═════ Input for this task
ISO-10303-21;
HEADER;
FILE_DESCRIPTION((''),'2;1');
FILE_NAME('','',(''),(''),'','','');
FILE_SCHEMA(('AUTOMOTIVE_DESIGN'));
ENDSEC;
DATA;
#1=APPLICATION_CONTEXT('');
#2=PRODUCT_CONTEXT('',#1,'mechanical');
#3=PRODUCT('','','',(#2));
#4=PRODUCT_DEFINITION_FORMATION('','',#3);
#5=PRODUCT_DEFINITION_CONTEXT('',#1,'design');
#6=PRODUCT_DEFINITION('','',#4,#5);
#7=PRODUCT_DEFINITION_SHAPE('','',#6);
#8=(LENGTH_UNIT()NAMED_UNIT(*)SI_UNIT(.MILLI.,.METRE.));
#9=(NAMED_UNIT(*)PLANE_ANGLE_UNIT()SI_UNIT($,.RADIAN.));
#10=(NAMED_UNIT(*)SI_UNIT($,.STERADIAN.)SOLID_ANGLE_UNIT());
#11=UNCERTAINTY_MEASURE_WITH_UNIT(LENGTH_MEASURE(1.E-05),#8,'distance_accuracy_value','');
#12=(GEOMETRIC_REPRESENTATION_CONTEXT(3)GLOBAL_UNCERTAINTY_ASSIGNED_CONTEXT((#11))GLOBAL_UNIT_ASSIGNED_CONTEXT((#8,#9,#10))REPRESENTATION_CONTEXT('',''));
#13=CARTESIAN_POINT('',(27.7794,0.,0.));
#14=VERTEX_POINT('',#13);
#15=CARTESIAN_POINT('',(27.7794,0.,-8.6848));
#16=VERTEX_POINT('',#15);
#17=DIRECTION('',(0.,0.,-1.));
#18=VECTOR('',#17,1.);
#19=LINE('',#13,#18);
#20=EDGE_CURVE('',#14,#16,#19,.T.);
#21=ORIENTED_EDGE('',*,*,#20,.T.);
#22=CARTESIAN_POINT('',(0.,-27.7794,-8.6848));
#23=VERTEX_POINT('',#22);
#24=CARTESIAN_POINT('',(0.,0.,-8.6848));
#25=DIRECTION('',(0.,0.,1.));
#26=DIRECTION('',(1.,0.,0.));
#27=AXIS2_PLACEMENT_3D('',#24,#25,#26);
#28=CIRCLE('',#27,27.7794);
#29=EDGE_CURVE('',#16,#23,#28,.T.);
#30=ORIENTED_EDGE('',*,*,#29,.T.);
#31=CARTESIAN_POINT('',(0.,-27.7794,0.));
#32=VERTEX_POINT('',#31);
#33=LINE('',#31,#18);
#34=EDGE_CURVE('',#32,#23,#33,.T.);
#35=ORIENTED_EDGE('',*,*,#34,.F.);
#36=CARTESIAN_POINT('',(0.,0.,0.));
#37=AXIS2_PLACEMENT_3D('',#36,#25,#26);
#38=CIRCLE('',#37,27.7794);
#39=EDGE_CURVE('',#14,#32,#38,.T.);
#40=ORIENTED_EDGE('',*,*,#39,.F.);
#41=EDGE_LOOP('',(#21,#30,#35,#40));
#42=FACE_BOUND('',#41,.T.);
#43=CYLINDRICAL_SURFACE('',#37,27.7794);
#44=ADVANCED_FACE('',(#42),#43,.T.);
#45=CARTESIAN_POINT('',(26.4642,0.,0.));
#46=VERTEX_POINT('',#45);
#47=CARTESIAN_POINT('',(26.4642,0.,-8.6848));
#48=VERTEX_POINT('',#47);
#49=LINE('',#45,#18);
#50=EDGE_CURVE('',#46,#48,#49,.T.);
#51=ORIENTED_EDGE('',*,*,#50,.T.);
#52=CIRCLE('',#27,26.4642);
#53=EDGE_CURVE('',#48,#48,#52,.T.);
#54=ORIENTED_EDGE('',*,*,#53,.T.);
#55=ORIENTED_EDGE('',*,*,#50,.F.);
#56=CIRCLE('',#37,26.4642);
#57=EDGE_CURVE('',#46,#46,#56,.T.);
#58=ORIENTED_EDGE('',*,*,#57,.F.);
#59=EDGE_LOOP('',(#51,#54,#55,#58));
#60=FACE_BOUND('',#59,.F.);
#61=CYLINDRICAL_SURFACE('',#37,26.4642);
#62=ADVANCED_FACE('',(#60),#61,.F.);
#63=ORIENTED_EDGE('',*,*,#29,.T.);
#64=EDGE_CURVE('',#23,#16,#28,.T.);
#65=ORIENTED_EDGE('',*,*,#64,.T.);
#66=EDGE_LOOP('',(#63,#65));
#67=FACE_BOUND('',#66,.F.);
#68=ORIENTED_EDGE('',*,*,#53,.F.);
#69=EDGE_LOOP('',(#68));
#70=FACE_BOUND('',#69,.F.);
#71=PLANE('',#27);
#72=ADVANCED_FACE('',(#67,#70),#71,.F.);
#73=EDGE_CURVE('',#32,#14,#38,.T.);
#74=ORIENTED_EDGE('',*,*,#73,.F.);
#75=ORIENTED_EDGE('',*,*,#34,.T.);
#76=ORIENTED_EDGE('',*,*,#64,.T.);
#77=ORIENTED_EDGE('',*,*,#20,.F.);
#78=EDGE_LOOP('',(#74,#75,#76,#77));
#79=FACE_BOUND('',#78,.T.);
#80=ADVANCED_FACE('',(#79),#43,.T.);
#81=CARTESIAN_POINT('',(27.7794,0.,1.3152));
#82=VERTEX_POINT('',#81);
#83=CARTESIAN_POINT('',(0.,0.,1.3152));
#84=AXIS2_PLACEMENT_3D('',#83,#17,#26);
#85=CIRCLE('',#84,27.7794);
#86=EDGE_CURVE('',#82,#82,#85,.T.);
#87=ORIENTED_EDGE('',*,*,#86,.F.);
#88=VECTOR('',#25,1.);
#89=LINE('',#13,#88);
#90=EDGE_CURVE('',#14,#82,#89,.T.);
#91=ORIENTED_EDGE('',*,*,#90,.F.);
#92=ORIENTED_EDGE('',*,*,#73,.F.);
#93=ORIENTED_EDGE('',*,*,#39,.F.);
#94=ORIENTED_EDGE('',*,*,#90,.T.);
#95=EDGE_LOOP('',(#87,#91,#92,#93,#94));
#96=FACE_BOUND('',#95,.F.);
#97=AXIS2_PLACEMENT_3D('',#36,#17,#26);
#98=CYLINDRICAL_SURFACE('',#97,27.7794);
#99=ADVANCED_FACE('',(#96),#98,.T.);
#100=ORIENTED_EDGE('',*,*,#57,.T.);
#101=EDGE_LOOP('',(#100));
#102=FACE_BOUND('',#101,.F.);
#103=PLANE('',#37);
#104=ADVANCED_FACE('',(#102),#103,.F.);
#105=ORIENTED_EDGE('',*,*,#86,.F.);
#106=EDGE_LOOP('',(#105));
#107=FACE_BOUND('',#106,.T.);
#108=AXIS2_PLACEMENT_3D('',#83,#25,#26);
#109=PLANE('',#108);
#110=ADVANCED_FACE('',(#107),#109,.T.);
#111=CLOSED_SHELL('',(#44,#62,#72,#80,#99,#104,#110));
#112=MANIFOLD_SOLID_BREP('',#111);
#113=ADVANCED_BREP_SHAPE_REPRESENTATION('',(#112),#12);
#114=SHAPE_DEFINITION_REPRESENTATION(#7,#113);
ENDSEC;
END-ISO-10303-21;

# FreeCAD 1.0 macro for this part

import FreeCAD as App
import Part
import Sketcher

V = App.Vector

doc = App.newDocument("Part")
body = doc.addObject("PartDesign::Body", "Body")

sketch1 = doc.addObject("Sketcher::SketchObject", "Sketch")
body.addObject(sketch1)
sketch1.AttachmentSupport = (doc.XY_Plane, [""])
sketch1.MapMode = "FlatFace"
sketch1.addGeometry(Part.Circle(V(0, 0, 0), V(0, 0, 1), 28), False)
sketch1.addConstraint(Sketcher.Constraint("Coincident", 0, 3, -1, 1))
sketch1.addConstraint(Sketcher.Constraint("Diameter", 0, 55.5588))
pad1 = doc.addObject("PartDesign::Pad", "Pad")
body.addObject(pad1)
pad1.Profile = sketch1
pad1.Length = 1.3152

sketch2 = doc.addObject("Sketcher::SketchObject", "Sketch001")
body.addObject(sketch2)
sketch2.AttachmentSupport = (doc.XY_Plane, [""])
sketch2.MapMode = "FlatFace"
sketch2.addGeometry(Part.Circle(V(0, 0, 0), V(0, 0, 1), 28), False)
sketch2.addGeometry(Part.Circle(V(0, 0, 0), V(0, 0, 1), 26), False)
sketch2.addConstraint(Sketcher.Constraint("Coincident", 0, 3, -1, 1))
sketch2.addConstraint(Sketcher.Constraint("Coincident", 1, 3, -1, 1))
sketch2.addConstraint(Sketcher.Constraint("Diameter", 0, 55.5588))
sketch2.addConstraint(Sketcher.Constraint("Diameter", 1, 52.9284))
pad2 = doc.addObject("PartDesign::Pad", "Pad001")
body.addObject(pad2)
pad2.Profile = sketch2
pad2.Length = 8.6848
pad2.Reversed = True

doc.recompute()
══════════
*Instructions for the task:* Could you retype exactly the lines above, starting at the line that contains "#22=CARTESIAN_POINT('',(0.,-27.7794,-8.6848));" and ending at the line that contains "#63=ORIENTED_EDGE('',*,*,#29,.T.);", and nothing more?

*The answer:*
#22=CARTESIAN_POINT('',(0.,-27.7794,-8.6848));
#23=VERTEX_POINT('',#22);
#24=CARTESIAN_POINT('',(0.,0.,-8.6848));
#25=DIRECTION('',(0.,0.,1.));
#26=DIRECTION('',(1.,0.,0.));
#27=AXIS2_PLACEMENT_3D('',#24,#25,#26);
#28=CIRCLE('',#27,27.7794);
#29=EDGE_CURVE('',#16,#23,#28,.T.);
#30=ORIENTED_EDGE('',*,*,#29,.T.);
#31=CARTESIAN_POINT('',(0.,-27.7794,0.));
#32=VERTEX_POINT('',#31);
#33=LINE('',#31,#18);
#34=EDGE_CURVE('',#32,#23,#33,.T.);
#35=ORIENTED_EDGE('',*,*,#34,.F.);
#36=CARTESIAN_POINT('',(0.,0.,0.));
#37=AXIS2_PLACEMENT_3D('',#36,#25,#26);
#38=CIRCLE('',#37,27.7794);
#39=EDGE_CURVE('',#14,#32,#38,.T.);
#40=ORIENTED_EDGE('',*,*,#39,.F.);
#41=EDGE_LOOP('',(#21,#30,#35,#40));
#42=FACE_BOUND('',#41,.T.);
#43=CYLINDRICAL_SURFACE('',#37,27.7794);
#44=ADVANCED_FACE('',(#42),#43,.T.);
#45=CARTESIAN_POINT('',(26.4642,0.,0.));
#46=VERTEX_POINT('',#45);
#47=CARTESIAN_POINT('',(26.4642,0.,-8.6848));
#48=VERTEX_POINT('',#47);
#49=LINE('',#45,#18);
#50=EDGE_CURVE('',#46,#48,#49,.T.);
#51=ORIENTED_EDGE('',*,*,#50,.T.);
#52=CIRCLE('',#27,26.4642);
#53=EDGE_CURVE('',#48,#48,#52,.T.);
#54=ORIENTED_EDGE('',*,*,#53,.T.);
#55=ORIENTED_EDGE('',*,*,#50,.F.);
#56=CIRCLE('',#37,26.4642);
#57=EDGE_CURVE('',#46,#46,#56,.T.);
#58=ORIENTED_EDGE('',*,*,#57,.F.);
#59=EDGE_LOOP('',(#51,#54,#55,#58));
#60=FACE_BOUND('',#59,.F.);
#61=CYLINDRICAL_SURFACE('',#37,26.4642);
#62=ADVANCED_FACE('',(#60),#61,.F.);
#63=ORIENTED_EDGE('',*,*,#29,.T.);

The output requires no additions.